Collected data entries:
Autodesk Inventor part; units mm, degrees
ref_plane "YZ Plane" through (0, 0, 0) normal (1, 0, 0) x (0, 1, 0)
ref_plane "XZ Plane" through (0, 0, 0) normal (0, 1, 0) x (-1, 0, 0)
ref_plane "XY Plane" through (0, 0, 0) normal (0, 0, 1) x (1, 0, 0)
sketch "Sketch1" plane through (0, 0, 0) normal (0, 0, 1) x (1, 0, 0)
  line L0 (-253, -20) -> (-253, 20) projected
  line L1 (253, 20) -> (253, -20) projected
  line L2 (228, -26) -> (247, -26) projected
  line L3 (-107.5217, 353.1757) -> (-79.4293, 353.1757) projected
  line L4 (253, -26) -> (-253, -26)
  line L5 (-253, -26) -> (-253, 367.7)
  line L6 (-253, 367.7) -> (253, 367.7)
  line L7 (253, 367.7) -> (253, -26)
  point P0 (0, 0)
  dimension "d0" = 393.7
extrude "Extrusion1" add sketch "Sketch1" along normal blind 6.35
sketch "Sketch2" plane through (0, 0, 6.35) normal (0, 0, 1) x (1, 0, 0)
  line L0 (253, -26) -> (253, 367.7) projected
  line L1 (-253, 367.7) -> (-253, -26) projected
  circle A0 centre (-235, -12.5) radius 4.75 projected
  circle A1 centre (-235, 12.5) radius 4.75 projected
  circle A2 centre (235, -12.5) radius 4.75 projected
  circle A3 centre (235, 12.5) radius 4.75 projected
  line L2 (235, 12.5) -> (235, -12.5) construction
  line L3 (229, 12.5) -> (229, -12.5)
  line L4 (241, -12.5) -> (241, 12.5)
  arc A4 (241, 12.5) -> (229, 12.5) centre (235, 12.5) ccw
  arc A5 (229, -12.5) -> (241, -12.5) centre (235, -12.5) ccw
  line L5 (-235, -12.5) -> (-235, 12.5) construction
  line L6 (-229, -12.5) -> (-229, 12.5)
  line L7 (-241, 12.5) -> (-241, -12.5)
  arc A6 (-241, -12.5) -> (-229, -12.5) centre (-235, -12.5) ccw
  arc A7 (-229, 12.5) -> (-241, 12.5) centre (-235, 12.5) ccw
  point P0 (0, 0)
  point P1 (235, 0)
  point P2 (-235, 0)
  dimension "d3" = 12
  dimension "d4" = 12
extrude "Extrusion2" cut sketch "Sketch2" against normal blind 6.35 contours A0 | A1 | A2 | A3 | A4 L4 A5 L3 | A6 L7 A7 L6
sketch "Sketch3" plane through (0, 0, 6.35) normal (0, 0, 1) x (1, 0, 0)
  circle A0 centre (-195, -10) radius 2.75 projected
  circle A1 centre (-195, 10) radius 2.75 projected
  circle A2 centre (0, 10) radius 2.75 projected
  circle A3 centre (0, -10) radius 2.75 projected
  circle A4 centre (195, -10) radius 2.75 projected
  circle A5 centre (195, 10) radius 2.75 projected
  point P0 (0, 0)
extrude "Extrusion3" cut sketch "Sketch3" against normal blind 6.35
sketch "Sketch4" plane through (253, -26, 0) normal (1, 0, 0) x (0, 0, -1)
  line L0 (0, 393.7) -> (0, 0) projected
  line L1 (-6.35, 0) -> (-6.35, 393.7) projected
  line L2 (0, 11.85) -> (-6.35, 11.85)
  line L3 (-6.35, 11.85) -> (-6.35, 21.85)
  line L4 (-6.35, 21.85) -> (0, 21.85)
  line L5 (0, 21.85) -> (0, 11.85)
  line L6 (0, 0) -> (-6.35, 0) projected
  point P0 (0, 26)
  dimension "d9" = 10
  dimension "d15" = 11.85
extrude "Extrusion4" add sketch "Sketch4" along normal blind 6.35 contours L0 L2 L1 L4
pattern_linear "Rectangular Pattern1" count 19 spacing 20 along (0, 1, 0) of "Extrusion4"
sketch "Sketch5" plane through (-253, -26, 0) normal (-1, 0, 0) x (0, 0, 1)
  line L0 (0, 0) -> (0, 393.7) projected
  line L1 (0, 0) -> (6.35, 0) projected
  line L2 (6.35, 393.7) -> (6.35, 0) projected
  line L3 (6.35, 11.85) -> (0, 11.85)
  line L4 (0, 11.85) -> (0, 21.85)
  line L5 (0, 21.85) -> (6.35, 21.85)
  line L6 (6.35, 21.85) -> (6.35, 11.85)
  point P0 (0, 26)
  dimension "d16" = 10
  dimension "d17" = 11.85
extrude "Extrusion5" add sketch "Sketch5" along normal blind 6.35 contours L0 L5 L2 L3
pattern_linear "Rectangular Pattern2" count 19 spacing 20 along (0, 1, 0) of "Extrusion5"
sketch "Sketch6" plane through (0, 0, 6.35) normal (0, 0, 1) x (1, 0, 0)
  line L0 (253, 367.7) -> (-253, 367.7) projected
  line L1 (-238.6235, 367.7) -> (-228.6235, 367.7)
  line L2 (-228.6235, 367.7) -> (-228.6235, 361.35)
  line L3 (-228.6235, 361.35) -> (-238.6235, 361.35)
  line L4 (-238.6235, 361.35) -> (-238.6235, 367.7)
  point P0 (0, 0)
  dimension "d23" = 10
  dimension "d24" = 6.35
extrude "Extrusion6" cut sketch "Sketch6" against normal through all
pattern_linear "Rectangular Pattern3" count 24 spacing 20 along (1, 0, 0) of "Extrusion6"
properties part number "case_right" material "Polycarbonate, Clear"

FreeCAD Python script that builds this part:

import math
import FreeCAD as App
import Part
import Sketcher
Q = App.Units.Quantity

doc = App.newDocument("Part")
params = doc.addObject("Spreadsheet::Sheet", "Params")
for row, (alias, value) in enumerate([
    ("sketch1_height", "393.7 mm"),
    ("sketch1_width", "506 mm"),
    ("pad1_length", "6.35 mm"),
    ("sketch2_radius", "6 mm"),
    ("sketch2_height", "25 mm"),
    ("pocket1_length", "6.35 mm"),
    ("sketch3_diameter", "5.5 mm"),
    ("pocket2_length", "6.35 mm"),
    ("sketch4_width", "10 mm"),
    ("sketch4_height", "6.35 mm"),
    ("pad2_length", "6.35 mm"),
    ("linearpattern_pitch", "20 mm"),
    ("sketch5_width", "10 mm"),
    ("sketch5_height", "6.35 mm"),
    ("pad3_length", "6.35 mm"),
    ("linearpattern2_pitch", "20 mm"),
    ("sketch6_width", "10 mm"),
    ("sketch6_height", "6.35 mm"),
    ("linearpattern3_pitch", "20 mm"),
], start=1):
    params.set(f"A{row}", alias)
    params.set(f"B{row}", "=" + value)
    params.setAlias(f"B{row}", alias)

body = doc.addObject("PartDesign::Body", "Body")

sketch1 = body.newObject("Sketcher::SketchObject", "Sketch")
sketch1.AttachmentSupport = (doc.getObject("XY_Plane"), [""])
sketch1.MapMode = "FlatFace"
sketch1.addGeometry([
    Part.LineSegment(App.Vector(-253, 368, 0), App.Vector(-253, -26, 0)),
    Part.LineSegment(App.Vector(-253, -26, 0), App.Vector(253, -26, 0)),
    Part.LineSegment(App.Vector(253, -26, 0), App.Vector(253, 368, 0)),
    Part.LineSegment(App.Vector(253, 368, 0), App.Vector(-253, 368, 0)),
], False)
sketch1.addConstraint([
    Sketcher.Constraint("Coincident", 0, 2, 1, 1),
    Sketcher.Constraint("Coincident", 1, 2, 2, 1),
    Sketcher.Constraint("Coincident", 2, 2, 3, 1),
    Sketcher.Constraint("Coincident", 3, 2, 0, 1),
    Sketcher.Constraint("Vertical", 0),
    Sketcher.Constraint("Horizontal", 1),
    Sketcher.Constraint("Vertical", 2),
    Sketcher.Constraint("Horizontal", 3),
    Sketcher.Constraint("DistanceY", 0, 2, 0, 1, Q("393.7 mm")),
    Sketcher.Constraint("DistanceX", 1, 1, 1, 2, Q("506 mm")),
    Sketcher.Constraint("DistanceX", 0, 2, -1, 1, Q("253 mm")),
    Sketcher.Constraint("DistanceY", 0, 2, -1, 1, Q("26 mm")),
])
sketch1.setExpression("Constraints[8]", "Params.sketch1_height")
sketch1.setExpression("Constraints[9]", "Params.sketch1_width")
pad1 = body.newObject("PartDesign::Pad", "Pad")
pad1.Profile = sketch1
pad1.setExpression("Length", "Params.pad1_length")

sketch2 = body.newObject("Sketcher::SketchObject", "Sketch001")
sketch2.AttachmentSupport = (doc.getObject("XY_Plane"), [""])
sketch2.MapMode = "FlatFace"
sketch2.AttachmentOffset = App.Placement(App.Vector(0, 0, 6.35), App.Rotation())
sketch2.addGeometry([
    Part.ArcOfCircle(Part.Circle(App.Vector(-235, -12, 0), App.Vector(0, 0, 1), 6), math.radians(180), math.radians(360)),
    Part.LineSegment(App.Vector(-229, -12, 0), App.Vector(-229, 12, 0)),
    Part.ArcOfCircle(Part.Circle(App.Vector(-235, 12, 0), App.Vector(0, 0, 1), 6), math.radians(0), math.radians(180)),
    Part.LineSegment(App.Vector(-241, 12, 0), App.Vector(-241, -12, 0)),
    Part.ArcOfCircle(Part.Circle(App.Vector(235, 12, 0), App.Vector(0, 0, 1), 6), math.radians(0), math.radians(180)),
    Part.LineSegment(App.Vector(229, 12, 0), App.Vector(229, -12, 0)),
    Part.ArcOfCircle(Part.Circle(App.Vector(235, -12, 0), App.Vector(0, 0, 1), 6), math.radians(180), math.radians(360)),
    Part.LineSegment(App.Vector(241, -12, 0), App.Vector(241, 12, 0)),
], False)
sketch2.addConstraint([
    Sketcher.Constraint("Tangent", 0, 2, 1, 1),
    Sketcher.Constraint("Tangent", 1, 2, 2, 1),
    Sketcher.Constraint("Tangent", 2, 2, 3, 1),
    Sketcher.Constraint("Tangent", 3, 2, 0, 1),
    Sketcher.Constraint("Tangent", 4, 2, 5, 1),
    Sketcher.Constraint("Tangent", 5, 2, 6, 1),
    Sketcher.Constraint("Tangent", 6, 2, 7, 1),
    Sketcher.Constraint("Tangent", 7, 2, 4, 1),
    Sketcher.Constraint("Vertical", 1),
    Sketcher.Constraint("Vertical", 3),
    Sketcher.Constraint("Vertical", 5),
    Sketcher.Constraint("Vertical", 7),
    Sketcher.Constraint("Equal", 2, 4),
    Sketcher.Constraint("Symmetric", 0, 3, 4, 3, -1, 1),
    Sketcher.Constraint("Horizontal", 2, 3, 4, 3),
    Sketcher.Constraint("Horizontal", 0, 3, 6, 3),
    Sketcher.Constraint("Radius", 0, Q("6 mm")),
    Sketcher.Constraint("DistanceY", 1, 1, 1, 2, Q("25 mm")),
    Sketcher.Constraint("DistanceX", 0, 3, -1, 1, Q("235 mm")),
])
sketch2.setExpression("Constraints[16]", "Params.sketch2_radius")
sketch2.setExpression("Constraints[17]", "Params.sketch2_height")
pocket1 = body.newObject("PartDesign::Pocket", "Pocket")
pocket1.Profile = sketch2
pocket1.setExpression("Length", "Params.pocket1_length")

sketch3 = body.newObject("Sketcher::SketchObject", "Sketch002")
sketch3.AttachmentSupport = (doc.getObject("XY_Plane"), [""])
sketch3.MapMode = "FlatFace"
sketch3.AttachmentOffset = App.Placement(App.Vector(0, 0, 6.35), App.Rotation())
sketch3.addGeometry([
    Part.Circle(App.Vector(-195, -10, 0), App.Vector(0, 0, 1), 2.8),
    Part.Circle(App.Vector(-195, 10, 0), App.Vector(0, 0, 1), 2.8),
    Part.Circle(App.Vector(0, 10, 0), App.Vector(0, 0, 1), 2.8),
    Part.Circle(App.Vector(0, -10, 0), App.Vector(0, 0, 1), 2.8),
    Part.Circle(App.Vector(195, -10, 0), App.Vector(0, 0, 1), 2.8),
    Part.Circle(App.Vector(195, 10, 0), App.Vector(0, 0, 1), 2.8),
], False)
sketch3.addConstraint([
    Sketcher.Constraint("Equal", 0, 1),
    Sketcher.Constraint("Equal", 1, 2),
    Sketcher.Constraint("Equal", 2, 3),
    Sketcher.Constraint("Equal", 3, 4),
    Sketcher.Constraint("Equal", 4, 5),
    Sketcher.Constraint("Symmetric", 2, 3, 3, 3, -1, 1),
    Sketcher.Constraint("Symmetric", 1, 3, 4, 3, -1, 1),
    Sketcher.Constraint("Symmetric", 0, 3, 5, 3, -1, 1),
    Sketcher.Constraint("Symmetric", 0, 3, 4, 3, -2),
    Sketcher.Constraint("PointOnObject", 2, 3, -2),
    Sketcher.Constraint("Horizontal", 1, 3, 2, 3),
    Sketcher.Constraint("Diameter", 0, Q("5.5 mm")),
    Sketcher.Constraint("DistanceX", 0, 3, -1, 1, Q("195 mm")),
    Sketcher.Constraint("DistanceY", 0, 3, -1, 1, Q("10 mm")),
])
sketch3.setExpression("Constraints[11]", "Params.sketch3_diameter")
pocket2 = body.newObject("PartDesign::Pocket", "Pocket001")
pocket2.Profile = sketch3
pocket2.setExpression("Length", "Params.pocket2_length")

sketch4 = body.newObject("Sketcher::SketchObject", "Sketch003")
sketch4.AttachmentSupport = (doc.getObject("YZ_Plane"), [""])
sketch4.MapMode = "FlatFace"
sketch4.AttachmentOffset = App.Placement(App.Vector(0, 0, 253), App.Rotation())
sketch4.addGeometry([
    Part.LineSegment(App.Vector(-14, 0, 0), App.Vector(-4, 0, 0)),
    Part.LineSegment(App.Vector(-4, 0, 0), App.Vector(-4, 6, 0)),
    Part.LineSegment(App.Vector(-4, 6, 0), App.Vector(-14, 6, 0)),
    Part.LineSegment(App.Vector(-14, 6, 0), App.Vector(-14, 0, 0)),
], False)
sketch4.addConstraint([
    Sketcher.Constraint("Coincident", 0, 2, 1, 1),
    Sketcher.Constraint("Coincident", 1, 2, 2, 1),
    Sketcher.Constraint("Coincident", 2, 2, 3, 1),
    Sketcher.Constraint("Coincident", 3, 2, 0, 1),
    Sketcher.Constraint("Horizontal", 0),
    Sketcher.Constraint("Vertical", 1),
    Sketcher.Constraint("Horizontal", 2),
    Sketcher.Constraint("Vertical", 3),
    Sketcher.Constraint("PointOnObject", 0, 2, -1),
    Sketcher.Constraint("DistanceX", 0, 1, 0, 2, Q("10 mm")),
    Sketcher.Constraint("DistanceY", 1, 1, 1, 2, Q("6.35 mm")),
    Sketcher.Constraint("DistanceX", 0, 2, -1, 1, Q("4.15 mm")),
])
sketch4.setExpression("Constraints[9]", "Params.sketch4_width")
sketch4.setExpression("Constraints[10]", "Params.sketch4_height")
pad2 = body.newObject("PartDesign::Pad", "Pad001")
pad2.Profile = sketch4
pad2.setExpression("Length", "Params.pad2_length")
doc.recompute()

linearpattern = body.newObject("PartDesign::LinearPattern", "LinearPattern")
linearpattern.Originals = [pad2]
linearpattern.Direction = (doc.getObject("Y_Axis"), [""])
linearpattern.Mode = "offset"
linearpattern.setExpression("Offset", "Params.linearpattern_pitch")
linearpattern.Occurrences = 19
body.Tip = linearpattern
==
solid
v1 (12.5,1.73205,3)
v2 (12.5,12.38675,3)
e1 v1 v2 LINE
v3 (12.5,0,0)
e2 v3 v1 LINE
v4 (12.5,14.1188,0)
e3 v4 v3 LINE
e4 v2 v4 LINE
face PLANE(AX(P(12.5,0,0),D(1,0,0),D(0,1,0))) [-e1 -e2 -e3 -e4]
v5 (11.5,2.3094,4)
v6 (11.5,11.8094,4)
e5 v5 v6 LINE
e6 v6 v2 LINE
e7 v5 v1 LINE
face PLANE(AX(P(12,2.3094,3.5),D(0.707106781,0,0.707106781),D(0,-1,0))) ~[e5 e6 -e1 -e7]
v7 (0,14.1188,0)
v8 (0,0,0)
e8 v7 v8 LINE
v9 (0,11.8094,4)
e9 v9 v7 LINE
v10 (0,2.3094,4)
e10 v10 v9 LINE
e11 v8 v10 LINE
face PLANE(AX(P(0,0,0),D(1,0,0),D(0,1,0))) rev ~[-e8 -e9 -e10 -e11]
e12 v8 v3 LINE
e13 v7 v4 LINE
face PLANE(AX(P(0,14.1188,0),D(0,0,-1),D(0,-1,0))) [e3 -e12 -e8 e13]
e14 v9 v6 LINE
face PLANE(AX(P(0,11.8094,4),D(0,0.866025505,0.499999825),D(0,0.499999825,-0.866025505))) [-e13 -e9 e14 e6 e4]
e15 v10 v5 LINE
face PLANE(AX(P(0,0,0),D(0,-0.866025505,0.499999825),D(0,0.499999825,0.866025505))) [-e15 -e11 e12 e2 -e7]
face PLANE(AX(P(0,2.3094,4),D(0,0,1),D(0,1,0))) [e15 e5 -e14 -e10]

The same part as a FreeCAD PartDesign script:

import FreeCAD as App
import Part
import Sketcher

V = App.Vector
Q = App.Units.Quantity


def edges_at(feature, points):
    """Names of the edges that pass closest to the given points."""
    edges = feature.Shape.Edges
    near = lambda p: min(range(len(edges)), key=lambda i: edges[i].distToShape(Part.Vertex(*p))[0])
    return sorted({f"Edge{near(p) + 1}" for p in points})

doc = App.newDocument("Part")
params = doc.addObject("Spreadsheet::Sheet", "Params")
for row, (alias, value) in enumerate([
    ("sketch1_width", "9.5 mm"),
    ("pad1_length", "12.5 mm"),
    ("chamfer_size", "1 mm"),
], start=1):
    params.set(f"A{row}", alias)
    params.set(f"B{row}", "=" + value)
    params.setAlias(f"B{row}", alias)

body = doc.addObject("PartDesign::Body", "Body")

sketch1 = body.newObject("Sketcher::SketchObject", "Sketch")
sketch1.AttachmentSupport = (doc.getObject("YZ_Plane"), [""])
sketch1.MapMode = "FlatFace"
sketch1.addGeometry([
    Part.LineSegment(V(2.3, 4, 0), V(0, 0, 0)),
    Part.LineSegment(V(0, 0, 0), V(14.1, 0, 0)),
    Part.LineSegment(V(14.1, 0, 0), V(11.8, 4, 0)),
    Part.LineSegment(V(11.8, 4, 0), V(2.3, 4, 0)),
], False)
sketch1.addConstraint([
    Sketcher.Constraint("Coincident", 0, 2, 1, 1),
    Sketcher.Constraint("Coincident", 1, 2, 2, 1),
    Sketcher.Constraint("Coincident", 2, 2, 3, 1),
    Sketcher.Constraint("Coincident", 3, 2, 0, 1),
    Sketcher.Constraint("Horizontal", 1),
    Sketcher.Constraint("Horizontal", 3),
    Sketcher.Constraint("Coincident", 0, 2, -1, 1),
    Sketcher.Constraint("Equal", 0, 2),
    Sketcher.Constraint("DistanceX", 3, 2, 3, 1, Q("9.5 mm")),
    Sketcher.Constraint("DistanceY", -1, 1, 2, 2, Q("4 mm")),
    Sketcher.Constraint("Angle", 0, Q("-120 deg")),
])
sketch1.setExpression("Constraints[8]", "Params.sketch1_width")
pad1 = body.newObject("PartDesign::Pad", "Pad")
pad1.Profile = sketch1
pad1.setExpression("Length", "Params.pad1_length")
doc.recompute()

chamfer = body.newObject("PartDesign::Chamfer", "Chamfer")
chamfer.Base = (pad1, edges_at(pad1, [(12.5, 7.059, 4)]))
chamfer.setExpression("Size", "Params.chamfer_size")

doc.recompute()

* _Required work_
Going back over the entries above, copy word for word every line from the one that has "v10 (0,2.3094,4)" on through the one that has "The same part".

* _Solution to the problem_
v10 (0,2.3094,4)
e10 v10 v9 LINE
e11 v8 v10 LINE
face PLANE(AX(P(0,0,0),D(1,0,0),D(0,1,0))) rev ~[-e8 -e9 -e10 -e11]
e12 v8 v3 LINE
e13 v7 v4 LINE
face PLANE(AX(P(0,14.1188,0),D(0,0,-1),D(0,-1,0))) [e3 -e12 -e8 e13]
e14 v9 v6 LINE
face PLANE(AX(P(0,11.8094,4),D(0,0.866025505,0.499999825),D(0,0.499999825,-0.866025505))) [-e13 -e9 e14 e6 e4]
e15 v10 v5 LINE
face PLANE(AX(P(0,0,0),D(0,-0.866025505,0.499999825),D(0,0.499999825,0.866025505))) [-e15 -e11 e12 e2 -e7]
face PLANE(AX(P(0,2.3094,4),D(0,0,1),D(0,1,0))) [e15 e5 -e14 -e10]

The same part as a FreeCAD PartDesign script:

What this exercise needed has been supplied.